Segment Start: LISTED RECORDS

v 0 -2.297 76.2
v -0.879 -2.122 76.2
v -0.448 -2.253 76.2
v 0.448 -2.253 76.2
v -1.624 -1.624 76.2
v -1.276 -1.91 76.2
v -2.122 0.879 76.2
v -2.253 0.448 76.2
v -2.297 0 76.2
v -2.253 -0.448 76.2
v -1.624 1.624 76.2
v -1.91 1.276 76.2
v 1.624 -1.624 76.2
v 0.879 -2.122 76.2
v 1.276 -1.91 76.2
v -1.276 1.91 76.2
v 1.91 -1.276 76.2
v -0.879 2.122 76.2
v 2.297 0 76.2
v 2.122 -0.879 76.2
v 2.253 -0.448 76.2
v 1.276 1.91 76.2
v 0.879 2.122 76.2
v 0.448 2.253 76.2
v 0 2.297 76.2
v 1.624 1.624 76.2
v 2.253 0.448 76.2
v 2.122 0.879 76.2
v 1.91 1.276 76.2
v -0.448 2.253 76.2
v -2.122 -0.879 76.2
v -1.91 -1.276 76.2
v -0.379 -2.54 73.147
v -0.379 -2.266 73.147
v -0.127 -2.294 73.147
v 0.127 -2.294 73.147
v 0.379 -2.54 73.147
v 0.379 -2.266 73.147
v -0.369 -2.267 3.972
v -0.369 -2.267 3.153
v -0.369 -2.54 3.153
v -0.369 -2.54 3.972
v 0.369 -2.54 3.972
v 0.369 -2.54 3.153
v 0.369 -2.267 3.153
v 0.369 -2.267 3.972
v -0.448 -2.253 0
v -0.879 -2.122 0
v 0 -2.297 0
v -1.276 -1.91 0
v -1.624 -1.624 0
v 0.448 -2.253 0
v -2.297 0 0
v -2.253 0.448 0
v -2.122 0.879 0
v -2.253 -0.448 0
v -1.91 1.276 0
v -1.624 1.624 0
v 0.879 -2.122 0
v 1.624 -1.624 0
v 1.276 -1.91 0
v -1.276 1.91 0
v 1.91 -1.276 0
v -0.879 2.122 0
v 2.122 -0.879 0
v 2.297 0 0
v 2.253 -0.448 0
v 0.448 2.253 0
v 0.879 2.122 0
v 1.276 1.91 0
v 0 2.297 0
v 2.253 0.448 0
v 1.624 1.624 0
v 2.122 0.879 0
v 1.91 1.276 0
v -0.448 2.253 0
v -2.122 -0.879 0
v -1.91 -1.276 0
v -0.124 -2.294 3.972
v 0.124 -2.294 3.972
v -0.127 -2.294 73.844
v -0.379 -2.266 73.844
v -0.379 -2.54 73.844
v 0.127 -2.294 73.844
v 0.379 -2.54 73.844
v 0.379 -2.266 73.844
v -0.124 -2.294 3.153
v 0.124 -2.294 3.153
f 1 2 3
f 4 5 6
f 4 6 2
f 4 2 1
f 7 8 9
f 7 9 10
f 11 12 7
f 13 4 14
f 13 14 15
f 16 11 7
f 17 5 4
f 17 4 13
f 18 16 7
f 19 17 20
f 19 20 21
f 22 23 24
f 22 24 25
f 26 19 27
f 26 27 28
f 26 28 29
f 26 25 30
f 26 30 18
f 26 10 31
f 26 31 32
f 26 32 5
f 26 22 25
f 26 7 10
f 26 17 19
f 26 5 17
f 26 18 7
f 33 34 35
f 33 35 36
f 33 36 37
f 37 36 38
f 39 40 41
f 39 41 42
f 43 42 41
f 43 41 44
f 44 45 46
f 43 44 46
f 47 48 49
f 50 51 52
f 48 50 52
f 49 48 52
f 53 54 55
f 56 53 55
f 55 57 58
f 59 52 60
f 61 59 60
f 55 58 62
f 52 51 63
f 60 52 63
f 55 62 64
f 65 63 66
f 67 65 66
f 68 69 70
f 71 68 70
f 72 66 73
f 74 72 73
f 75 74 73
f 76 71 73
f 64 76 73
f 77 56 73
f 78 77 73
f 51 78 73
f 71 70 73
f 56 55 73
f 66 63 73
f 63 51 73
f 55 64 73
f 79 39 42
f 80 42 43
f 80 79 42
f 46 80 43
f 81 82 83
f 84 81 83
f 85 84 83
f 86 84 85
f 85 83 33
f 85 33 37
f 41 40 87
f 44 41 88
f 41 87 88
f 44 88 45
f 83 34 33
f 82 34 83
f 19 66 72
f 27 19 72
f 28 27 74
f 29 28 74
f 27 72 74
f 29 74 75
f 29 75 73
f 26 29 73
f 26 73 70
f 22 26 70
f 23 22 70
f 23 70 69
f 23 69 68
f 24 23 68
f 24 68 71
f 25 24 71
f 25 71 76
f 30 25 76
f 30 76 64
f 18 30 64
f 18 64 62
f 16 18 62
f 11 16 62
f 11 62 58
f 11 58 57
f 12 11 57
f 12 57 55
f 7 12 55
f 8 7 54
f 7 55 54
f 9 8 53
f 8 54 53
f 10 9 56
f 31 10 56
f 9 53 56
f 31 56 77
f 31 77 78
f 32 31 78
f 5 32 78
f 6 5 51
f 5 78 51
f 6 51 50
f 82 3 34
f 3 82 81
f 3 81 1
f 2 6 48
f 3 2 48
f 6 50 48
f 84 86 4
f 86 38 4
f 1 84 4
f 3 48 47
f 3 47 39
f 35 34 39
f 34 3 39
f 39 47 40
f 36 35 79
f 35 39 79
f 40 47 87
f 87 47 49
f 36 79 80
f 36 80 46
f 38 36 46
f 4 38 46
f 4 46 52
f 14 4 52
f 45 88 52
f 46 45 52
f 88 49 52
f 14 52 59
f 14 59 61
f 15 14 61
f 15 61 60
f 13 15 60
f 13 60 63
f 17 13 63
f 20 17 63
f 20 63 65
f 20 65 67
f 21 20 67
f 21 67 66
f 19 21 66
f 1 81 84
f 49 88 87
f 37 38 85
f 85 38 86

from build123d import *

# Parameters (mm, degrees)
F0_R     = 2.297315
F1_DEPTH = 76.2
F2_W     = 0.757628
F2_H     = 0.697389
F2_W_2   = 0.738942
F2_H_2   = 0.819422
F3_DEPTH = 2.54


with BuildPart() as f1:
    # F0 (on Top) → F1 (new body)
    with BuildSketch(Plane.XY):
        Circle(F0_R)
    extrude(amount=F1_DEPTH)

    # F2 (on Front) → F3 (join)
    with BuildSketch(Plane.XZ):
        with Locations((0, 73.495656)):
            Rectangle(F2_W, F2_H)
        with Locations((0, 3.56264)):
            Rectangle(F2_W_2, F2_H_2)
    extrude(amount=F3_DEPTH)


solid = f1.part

Segment End: LISTED RECORDS
Segment Start: LISTED RECORDS

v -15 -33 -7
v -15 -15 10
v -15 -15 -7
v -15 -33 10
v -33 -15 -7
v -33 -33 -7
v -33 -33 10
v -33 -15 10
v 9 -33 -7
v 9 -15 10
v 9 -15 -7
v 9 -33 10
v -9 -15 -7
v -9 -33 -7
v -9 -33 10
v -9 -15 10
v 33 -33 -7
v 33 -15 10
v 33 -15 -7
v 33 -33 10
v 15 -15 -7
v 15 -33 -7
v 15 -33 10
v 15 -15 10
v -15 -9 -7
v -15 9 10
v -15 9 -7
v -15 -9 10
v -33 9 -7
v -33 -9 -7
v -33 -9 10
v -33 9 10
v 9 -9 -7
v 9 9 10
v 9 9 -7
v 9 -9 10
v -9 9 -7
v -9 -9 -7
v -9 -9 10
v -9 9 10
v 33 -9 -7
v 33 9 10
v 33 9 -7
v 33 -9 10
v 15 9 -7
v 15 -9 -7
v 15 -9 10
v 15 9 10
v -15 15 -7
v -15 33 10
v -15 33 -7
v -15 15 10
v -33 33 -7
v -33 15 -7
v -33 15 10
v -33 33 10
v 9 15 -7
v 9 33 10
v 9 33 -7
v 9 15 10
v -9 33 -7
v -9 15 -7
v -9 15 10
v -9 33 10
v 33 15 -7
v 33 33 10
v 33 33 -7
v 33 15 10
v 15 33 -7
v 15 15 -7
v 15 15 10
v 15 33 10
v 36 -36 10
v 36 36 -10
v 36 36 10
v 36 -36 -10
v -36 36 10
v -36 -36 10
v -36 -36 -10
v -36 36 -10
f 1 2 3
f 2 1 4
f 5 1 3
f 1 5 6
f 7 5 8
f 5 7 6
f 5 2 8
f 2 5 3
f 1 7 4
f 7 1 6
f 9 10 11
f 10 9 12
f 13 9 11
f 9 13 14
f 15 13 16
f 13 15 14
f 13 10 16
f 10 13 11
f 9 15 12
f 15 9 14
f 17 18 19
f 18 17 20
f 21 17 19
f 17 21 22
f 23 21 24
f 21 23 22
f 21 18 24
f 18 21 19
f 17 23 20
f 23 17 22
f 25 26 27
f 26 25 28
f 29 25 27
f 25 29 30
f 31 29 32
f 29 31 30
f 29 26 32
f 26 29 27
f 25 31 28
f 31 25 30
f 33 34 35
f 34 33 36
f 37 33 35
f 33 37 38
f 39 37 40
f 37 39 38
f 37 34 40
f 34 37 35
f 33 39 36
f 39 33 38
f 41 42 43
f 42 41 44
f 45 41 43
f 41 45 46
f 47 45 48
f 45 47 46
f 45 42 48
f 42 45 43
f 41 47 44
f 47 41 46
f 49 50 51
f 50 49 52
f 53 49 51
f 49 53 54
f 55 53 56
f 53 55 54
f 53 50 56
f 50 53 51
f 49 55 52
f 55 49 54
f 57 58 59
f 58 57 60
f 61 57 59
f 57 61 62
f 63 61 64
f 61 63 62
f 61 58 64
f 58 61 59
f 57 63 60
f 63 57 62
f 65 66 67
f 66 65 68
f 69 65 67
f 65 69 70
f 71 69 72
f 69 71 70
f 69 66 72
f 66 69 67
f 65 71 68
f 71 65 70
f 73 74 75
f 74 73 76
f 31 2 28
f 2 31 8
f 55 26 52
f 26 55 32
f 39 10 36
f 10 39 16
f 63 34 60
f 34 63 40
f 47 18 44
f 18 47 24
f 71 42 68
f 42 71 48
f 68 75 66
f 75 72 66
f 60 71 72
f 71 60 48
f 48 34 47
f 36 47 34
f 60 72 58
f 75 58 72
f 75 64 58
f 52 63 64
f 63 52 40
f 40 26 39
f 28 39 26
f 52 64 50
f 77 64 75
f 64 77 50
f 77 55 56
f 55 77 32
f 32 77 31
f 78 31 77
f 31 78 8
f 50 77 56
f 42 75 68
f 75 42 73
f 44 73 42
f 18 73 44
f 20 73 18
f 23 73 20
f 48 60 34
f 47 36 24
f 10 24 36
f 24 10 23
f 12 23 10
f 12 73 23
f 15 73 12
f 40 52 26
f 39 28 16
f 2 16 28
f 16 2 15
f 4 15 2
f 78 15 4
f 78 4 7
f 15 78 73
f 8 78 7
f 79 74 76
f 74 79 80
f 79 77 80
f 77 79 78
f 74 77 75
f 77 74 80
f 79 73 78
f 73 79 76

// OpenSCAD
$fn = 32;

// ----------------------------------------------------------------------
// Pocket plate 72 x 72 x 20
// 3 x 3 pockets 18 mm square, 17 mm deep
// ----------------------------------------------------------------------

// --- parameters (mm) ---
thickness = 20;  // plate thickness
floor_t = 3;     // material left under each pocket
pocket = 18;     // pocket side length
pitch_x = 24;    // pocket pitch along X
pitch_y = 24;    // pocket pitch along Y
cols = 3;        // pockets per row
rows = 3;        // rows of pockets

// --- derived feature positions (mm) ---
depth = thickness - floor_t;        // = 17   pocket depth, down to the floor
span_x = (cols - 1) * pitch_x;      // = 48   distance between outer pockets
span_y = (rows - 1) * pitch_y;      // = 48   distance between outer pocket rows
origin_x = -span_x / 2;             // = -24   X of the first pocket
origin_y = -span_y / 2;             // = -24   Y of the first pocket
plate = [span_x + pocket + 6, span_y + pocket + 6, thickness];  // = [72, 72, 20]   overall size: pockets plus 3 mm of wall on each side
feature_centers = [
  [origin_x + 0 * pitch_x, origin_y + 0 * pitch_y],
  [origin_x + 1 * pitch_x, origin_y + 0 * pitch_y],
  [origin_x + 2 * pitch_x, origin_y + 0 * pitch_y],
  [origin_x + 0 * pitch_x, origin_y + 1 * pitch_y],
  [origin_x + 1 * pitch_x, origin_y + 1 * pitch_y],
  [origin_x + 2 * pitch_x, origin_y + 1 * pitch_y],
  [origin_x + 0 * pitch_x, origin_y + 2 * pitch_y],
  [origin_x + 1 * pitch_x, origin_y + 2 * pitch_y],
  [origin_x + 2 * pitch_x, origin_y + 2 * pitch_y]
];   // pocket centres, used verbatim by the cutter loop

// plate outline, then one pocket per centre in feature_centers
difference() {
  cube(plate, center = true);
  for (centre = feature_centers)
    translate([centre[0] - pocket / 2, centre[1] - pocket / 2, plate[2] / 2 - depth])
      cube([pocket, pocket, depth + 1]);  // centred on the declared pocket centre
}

Segment End: LISTED RECORDS

YOUR ASSIGNMENT ▸
Copy out only the lines above from the one with "v -1.624 -1.624 76.2" to the one with "v -0.379 -2.54 73.844", inclusive, exactly as they stand.

TASK RESPONSE ▸
v -1.624 -1.624 76.2
v -1.276 -1.91 76.2
v -2.122 0.879 76.2
v -2.253 0.448 76.2
v -2.297 0 76.2
v -2.253 -0.448 76.2
v -1.624 1.624 76.2
v -1.91 1.276 76.2
v 1.624 -1.624 76.2
v 0.879 -2.122 76.2
v 1.276 -1.91 76.2
v -1.276 1.91 76.2
v 1.91 -1.276 76.2
v -0.879 2.122 76.2
v 2.297 0 76.2
v 2.122 -0.879 76.2
v 2.253 -0.448 76.2
v 1.276 1.91 76.2
v 0.879 2.122 76.2
v 0.448 2.253 76.2
v 0 2.297 76.2
v 1.624 1.624 76.2
v 2.253 0.448 76.2
v 2.122 0.879 76.2
v 1.91 1.276 76.2
v -0.448 2.253 76.2
v -2.122 -0.879 76.2
v -1.91 -1.276 76.2
v -0.379 -2.54 73.147
v -0.379 -2.266 73.147
v -0.127 -2.294 73.147
v 0.127 -2.294 73.147
v 0.379 -2.54 73.147
v 0.379 -2.266 73.147
v -0.369 -2.267 3.972
v -0.369 -2.267 3.153
v -0.369 -2.54 3.153
v -0.369 -2.54 3.972
v 0.369 -2.54 3.972
v 0.369 -2.54 3.153
v 0.369 -2.267 3.153
v 0.369 -2.267 3.972
v -0.448 -2.253 0
v -0.879 -2.122 0
v 0 -2.297 0
v -1.276 -1.91 0
v -1.624 -1.624 0
v 0.448 -2.253 0
v -2.297 0 0
v -2.253 0.448 0
v -2.122 0.879 0
v -2.253 -0.448 0
v -1.91 1.276 0
v -1.624 1.624 0
v 0.879 -2.122 0
v 1.624 -1.624 0
v 1.276 -1.91 0
v -1.276 1.91 0
v 1.91 -1.276 0
v -0.879 2.122 0
v 2.122 -0.879 0
v 2.297 0 0
v 2.253 -0.448 0
v 0.448 2.253 0
v 0.879 2.122 0
v 1.276 1.91 0
v 0 2.297 0
v 2.253 0.448 0
v 1.624 1.624 0
v 2.122 0.879 0
v 1.91 1.276 0
v -0.448 2.253 0
v -2.122 -0.879 0
v -1.91 -1.276 0
v -0.124 -2.294 3.972
v 0.124 -2.294 3.972
v -0.127 -2.294 73.844
v -0.379 -2.266 73.844
v -0.379 -2.54 73.844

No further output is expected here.